Der Steinbruch liegt am Südfuß des Großen Dörn-Berges etwa 1 km nordöstlich von Nieder-Werbe und ist als Naturdenkmal ausgewiesen.Er markiert die Küste des damaligen Zechstein-Meeres und zeigt eindrucksvoll, wie das Meer vor 270 Millionen Jahren an das Grundgebirge brandete.

Die Korbacher Bucht des marinen Zechsteins war ein 40 km langer, sich nach Nordosten öffnender Meeresarm mit Nebenbuchten, der sich im Oberperm zwischen Rheinischem Schiefergebirge im Nordwesten und der Waldecker Schwelle sowie dem Kellerwaldhoch im Südosten von Korbach bis nach Frankenberg erstreckte.

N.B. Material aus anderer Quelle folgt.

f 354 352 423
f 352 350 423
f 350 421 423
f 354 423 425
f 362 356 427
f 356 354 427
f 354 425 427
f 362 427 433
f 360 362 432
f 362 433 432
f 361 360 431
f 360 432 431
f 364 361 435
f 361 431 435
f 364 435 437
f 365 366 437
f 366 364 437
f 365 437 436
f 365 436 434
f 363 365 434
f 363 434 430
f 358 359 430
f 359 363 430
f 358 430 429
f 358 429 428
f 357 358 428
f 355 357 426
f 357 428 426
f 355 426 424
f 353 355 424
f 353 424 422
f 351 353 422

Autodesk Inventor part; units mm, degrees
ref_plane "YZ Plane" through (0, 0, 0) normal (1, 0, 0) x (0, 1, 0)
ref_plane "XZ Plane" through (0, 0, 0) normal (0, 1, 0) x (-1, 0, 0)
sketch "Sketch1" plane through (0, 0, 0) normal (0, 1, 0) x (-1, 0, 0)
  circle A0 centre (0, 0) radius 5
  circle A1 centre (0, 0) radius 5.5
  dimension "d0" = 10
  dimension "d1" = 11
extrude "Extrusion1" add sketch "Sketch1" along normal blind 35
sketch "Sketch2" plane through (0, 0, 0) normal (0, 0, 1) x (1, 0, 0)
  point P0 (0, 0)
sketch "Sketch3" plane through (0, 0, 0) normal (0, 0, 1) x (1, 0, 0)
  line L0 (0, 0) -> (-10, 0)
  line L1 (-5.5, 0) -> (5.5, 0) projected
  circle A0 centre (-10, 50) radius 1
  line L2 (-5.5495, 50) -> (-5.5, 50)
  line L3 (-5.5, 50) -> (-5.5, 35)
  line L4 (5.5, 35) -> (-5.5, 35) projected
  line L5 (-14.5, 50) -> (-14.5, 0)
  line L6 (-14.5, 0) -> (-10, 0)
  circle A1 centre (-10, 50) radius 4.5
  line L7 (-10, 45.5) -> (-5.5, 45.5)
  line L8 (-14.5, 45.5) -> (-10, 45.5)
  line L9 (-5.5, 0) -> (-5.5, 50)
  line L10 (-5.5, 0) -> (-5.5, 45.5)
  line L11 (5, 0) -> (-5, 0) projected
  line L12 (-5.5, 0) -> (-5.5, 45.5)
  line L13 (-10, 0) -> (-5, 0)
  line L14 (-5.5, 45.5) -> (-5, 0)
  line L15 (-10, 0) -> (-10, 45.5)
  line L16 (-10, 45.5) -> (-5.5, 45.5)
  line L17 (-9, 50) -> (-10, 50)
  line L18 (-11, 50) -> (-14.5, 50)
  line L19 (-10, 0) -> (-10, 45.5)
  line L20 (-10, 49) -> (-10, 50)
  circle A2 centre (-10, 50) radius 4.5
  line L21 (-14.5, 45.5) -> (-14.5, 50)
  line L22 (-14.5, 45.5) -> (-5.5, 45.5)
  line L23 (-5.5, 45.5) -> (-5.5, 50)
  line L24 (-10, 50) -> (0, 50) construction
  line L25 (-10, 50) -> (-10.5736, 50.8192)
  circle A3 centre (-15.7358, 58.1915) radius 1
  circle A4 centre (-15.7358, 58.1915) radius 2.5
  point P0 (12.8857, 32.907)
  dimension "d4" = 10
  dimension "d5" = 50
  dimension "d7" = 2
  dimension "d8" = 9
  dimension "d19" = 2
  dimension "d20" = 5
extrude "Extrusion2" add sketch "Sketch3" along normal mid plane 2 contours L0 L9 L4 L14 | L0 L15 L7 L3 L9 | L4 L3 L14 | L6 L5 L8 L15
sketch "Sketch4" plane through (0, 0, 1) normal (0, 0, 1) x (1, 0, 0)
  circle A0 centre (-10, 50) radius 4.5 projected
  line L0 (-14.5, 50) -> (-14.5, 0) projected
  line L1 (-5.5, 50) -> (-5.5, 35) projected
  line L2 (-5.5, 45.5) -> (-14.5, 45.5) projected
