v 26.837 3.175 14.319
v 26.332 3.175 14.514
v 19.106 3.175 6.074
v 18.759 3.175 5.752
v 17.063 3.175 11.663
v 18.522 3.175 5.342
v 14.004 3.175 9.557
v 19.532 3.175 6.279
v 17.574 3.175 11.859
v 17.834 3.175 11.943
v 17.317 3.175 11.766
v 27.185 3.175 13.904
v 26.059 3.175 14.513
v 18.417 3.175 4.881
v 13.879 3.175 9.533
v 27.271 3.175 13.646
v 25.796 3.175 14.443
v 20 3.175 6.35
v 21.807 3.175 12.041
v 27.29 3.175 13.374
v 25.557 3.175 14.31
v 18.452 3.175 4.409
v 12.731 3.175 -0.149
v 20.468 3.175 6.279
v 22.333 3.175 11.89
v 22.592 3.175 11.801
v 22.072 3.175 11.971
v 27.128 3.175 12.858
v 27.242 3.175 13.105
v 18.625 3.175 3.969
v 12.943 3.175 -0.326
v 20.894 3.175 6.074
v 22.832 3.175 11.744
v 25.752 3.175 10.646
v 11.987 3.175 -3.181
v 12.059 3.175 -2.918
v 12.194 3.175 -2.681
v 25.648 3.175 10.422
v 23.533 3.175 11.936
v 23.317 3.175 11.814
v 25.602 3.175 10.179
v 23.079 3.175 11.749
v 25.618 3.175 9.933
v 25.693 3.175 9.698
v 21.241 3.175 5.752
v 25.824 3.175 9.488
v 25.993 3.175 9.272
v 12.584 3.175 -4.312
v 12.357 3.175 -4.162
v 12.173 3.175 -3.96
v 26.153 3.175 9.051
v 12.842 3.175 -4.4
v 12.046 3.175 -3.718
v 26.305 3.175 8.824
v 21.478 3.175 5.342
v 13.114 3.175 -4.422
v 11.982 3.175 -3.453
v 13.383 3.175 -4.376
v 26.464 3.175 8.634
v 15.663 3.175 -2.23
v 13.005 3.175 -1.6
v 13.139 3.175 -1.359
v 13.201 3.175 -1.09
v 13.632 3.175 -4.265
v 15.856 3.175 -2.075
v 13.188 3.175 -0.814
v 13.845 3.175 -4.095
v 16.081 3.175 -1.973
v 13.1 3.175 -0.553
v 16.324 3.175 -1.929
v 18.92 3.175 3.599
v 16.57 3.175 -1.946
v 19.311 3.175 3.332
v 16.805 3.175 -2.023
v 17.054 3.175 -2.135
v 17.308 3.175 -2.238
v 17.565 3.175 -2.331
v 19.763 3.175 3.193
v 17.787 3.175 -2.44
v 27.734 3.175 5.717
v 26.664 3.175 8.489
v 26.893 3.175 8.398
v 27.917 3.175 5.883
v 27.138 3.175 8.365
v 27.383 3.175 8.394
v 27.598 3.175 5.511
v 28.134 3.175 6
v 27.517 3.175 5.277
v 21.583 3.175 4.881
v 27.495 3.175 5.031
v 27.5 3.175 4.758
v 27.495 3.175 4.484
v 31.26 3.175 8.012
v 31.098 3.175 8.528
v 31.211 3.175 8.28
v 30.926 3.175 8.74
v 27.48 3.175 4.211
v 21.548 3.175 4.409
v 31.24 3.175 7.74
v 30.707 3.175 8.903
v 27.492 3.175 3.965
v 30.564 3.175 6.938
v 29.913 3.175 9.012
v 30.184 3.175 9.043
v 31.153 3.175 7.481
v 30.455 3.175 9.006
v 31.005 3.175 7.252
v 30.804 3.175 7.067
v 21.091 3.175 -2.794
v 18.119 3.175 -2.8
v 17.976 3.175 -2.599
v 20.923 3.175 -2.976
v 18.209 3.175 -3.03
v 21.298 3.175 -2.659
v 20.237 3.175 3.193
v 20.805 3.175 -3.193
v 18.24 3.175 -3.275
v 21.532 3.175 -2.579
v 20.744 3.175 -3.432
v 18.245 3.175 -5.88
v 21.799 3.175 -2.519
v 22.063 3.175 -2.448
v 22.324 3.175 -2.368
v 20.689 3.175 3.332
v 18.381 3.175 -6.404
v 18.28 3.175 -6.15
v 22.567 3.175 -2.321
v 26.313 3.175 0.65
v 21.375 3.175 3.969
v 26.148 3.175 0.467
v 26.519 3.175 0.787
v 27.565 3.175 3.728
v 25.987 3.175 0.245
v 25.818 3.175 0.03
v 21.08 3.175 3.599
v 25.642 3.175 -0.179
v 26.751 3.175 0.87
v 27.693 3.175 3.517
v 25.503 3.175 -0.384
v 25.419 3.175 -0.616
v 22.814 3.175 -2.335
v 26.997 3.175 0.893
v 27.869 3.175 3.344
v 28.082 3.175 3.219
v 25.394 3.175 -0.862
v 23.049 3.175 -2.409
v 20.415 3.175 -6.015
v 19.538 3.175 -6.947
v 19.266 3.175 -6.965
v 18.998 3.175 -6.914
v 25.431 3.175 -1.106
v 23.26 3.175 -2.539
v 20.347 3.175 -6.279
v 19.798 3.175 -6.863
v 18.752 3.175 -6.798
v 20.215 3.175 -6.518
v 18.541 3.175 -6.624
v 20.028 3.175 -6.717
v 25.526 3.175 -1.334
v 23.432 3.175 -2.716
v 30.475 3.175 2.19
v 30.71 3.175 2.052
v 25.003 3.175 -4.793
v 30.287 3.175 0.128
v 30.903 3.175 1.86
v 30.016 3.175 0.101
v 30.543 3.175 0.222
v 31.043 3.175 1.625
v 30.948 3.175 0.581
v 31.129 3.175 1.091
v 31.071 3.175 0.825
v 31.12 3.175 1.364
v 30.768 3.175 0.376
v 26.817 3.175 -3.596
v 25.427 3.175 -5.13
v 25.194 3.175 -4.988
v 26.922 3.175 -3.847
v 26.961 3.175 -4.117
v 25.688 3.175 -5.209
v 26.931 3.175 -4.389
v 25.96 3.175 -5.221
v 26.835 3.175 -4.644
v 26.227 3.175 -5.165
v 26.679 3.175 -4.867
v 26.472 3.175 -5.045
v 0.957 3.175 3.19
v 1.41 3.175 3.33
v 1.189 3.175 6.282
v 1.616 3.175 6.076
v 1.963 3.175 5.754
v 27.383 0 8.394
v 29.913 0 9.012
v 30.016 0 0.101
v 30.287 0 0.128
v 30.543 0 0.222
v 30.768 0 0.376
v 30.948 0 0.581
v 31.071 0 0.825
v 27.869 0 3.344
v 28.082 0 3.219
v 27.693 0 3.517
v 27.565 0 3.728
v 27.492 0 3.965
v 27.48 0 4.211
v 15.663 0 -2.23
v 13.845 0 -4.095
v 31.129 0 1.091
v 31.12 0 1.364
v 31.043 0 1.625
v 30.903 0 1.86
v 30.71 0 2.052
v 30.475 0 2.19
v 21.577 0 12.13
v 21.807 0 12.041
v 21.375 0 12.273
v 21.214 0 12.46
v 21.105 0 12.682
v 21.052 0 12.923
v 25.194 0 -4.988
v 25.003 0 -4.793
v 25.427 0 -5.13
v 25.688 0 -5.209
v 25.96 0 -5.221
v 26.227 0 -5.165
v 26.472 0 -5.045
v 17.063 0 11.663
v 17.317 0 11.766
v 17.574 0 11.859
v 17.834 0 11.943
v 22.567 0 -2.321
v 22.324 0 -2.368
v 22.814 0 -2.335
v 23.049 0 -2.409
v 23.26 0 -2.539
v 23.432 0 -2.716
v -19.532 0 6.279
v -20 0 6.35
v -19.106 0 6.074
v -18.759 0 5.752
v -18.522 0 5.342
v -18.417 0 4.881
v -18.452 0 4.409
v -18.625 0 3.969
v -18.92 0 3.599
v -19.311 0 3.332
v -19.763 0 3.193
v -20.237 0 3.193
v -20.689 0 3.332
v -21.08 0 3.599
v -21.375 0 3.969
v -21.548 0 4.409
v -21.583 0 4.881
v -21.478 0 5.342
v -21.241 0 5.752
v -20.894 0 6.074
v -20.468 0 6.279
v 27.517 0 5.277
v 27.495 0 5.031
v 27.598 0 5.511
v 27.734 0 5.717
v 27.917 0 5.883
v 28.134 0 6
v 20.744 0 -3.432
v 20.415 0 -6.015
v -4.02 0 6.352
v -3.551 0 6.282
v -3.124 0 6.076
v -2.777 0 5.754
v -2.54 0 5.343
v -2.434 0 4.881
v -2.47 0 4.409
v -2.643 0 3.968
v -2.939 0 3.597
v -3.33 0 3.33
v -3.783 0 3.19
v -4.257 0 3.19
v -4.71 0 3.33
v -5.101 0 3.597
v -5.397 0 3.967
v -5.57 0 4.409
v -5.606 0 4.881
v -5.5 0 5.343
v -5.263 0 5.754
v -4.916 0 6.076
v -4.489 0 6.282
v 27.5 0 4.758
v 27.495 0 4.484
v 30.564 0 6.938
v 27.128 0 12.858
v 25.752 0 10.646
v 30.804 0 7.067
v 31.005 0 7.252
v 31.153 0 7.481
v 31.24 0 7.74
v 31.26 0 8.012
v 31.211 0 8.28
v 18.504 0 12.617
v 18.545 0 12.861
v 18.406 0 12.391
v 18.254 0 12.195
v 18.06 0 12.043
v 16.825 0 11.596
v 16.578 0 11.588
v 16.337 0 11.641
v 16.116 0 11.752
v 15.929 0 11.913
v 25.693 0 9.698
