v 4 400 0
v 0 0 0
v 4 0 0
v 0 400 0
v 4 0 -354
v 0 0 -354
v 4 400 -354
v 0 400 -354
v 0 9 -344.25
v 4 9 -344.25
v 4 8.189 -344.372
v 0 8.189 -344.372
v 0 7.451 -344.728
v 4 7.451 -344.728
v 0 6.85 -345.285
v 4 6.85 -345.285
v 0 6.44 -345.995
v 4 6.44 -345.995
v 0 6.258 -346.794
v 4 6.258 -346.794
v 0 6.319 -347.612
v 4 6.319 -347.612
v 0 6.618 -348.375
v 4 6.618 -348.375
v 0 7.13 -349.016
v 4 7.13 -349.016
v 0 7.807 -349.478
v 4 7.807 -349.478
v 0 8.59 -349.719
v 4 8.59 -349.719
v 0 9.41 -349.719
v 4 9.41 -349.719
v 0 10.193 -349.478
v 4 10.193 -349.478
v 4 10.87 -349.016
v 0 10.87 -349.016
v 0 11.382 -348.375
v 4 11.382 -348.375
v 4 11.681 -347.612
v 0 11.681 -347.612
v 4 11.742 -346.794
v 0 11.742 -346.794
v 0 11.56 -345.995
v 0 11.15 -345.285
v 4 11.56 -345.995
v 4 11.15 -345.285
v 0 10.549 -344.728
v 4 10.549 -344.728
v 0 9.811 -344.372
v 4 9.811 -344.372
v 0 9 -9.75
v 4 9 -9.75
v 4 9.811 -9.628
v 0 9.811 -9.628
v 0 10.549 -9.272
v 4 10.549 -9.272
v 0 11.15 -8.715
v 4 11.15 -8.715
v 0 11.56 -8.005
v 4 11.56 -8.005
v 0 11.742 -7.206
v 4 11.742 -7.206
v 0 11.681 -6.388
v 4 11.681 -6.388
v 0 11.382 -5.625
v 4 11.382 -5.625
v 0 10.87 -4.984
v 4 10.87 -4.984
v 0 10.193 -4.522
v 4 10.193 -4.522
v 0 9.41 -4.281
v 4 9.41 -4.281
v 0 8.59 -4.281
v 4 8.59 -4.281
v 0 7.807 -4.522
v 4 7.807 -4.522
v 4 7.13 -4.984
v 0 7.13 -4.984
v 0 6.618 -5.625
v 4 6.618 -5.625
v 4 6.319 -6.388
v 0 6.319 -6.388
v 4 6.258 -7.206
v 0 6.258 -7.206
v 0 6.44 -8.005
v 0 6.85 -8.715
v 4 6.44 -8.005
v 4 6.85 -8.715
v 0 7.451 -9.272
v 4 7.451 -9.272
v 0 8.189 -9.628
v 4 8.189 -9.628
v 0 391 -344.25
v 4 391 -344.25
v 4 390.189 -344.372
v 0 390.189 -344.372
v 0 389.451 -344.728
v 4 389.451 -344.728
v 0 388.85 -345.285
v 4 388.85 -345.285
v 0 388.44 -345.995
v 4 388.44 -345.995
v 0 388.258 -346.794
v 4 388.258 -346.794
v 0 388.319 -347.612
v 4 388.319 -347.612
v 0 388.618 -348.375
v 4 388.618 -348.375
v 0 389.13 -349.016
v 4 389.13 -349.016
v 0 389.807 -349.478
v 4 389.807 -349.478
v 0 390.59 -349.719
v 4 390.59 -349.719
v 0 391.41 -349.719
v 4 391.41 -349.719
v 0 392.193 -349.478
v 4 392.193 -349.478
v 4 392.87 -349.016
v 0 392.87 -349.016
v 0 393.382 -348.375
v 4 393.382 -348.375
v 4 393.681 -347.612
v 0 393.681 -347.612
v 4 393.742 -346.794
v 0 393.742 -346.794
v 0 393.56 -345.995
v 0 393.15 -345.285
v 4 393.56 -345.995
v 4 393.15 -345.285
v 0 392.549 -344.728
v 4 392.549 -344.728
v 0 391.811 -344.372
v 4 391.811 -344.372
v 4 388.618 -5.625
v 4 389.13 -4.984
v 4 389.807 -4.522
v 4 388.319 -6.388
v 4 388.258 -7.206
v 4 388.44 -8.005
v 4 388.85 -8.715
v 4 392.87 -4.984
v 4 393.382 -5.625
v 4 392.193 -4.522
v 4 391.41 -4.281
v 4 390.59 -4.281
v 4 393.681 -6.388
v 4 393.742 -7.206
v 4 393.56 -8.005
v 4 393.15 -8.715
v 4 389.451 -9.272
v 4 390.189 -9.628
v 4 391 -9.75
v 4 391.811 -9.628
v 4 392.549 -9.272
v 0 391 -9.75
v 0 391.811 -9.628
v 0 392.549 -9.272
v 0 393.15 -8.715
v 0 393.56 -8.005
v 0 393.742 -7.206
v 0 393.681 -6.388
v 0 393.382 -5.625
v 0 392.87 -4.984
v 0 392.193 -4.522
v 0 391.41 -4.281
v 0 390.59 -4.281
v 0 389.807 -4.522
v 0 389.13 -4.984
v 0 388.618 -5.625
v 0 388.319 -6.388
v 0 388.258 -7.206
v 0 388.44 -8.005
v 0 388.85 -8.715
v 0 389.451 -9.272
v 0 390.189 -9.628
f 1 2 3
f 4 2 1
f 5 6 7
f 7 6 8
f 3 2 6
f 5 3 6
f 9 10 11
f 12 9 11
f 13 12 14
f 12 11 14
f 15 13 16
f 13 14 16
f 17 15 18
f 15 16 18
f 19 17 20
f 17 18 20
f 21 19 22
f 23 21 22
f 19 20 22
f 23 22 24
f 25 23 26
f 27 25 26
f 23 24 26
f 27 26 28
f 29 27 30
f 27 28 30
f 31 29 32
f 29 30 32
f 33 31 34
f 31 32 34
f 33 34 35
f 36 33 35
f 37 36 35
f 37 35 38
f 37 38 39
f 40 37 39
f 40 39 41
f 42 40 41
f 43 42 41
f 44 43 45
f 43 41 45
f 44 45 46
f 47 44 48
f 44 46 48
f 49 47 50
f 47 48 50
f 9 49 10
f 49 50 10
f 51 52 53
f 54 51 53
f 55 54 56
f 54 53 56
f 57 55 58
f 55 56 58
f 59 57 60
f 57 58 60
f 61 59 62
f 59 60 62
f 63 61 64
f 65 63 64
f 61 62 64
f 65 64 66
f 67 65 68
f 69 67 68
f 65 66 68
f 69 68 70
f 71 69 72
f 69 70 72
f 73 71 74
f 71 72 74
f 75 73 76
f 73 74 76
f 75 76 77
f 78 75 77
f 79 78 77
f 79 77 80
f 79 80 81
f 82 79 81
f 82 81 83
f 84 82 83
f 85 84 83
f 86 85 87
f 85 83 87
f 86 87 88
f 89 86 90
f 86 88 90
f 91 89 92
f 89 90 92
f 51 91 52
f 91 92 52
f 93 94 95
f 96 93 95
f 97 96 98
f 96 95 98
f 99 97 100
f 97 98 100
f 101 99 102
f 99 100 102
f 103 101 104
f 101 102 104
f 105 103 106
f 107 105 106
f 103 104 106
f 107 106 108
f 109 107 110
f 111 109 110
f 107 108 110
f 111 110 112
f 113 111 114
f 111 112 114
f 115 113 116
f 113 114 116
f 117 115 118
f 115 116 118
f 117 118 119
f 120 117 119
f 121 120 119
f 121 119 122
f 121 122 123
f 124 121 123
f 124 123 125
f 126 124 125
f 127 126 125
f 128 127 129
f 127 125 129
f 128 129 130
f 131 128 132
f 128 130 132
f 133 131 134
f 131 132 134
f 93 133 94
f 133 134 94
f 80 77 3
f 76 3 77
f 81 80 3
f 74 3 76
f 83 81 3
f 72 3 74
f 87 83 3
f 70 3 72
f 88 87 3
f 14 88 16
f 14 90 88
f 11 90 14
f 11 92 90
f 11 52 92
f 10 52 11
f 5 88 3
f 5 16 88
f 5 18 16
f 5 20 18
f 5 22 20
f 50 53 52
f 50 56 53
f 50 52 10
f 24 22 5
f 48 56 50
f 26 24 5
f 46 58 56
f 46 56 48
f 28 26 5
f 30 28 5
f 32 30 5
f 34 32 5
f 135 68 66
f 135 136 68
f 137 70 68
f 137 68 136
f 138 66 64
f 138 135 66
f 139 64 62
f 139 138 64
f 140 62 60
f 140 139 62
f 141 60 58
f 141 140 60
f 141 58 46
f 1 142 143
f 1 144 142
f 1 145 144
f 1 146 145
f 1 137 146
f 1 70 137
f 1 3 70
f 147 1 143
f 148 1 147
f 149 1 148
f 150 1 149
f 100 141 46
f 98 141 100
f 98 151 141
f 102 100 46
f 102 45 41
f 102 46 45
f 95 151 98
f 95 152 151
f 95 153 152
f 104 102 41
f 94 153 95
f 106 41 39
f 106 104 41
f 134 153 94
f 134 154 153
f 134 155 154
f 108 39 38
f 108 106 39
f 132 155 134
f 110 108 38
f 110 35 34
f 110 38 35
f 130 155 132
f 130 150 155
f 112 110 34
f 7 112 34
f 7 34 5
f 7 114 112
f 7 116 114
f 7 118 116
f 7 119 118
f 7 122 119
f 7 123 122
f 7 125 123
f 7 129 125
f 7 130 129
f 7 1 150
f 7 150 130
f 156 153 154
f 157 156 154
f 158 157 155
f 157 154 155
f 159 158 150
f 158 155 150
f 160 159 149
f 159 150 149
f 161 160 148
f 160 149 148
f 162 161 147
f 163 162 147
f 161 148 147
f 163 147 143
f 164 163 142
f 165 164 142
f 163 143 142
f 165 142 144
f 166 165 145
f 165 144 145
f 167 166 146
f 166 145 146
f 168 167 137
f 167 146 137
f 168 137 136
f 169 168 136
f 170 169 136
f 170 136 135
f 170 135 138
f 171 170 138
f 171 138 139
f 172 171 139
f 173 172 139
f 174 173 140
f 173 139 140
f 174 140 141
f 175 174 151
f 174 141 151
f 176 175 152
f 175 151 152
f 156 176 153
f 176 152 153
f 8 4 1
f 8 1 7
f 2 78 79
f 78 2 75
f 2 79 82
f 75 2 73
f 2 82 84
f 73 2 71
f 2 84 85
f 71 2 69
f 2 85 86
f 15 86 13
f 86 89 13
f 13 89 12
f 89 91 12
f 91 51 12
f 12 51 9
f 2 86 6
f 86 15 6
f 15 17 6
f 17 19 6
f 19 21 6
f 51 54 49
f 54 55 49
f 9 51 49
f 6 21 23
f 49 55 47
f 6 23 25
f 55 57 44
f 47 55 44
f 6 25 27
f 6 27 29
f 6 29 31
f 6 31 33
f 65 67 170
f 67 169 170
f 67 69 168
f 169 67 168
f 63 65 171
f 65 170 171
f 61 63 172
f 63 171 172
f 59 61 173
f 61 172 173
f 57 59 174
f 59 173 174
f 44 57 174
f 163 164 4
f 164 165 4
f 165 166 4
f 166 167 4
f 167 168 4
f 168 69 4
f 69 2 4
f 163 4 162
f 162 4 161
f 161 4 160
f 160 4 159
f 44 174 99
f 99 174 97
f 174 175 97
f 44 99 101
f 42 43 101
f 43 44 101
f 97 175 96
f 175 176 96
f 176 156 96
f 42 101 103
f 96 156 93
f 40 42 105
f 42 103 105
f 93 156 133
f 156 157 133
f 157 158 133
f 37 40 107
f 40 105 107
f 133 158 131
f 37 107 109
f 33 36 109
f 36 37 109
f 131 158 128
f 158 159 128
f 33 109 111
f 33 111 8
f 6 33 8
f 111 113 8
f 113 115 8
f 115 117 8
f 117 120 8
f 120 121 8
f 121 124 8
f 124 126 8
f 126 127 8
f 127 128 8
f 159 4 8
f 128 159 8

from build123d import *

# Parameters (mm, degrees)
SKETCH_1_W          = 354
SKETCH_1_H          = 400
EXTRUDE_1_DEPTH     = 4
SKETCH_2_R          = 2.75
CUT_EXTRUDE_1_DEPTH = 4


with BuildPart() as part:
    # 草图1 → 凸台-拉伸1 (new body)
    with BuildSketch(Plane(origin=(0, 0, 0), x_dir=(0, 0, -1), z_dir=(1, 0, 0))):
        with Locations((177, 200)):
            Rectangle(SKETCH_1_W, SKETCH_1_H)
    extrude(amount=EXTRUDE_1_DEPTH)

    # 草图2 → 切除-拉伸1 (cut)
    with BuildSketch(Plane(origin=(4, 0, 0), x_dir=(0, 0, -1), z_dir=(1, 0, 0))):
        with Locations((7, 391)):
            Circle(SKETCH_2_R)
        with Locations((7, 9)):
            Circle(SKETCH_2_R)
        with Locations(Location((347, 9, 0), (0, 0, 180))):
            Circle(SKETCH_2_R)
        with Locations(Location((347, 391, 0), (0, 0, 180))):
            Circle(SKETCH_2_R)
    extrude(amount=-CUT_EXTRUDE_1_DEPTH, mode=Mode.SUBTRACT)


solid = part.part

Westlich der Korbacher Bucht drang das Zechsteinmeer nur geringweit in das heutige Schiefergebirge ein. Bei der Transgression der Hessischen Senke überflutete es das Relief eines flachwelligen Mittelgebirges mit Höhenunterschieden von mindestens 200 m.

Der Aufschluss am Großen Dörnberg zeigt die Küste des Zechsteinmeeres am Rand der einstigen Kellerwald-Insel. Die Zeit vor der Flutung durch das Zechsteinmeer wird durch eine Klippe aus Grauwacke markiert. Sie ist Teil des Grundgebirges, über das das Zechsteinmeer vor ungefähr 270 Millionen Jahren transgredierte. An der Basis des Aufschlusses ist eine Brandungsbreccie aus gebleichten Grauwackeblöcken erhalten. Darüber haben sich während der Meereszeit Kalksedimente (Dolomit) abgelagert. In der Brandung wurde der Abtragungsschutt aus Grauwacke des Unterkarbons gerundet. Später wurden die Gerölle vom Kalkstein gebleicht und zu einem Sedimentgestein verkittet. Im Kern zeigen sie noch die rötliche Färbung des Abtragungsschuttes.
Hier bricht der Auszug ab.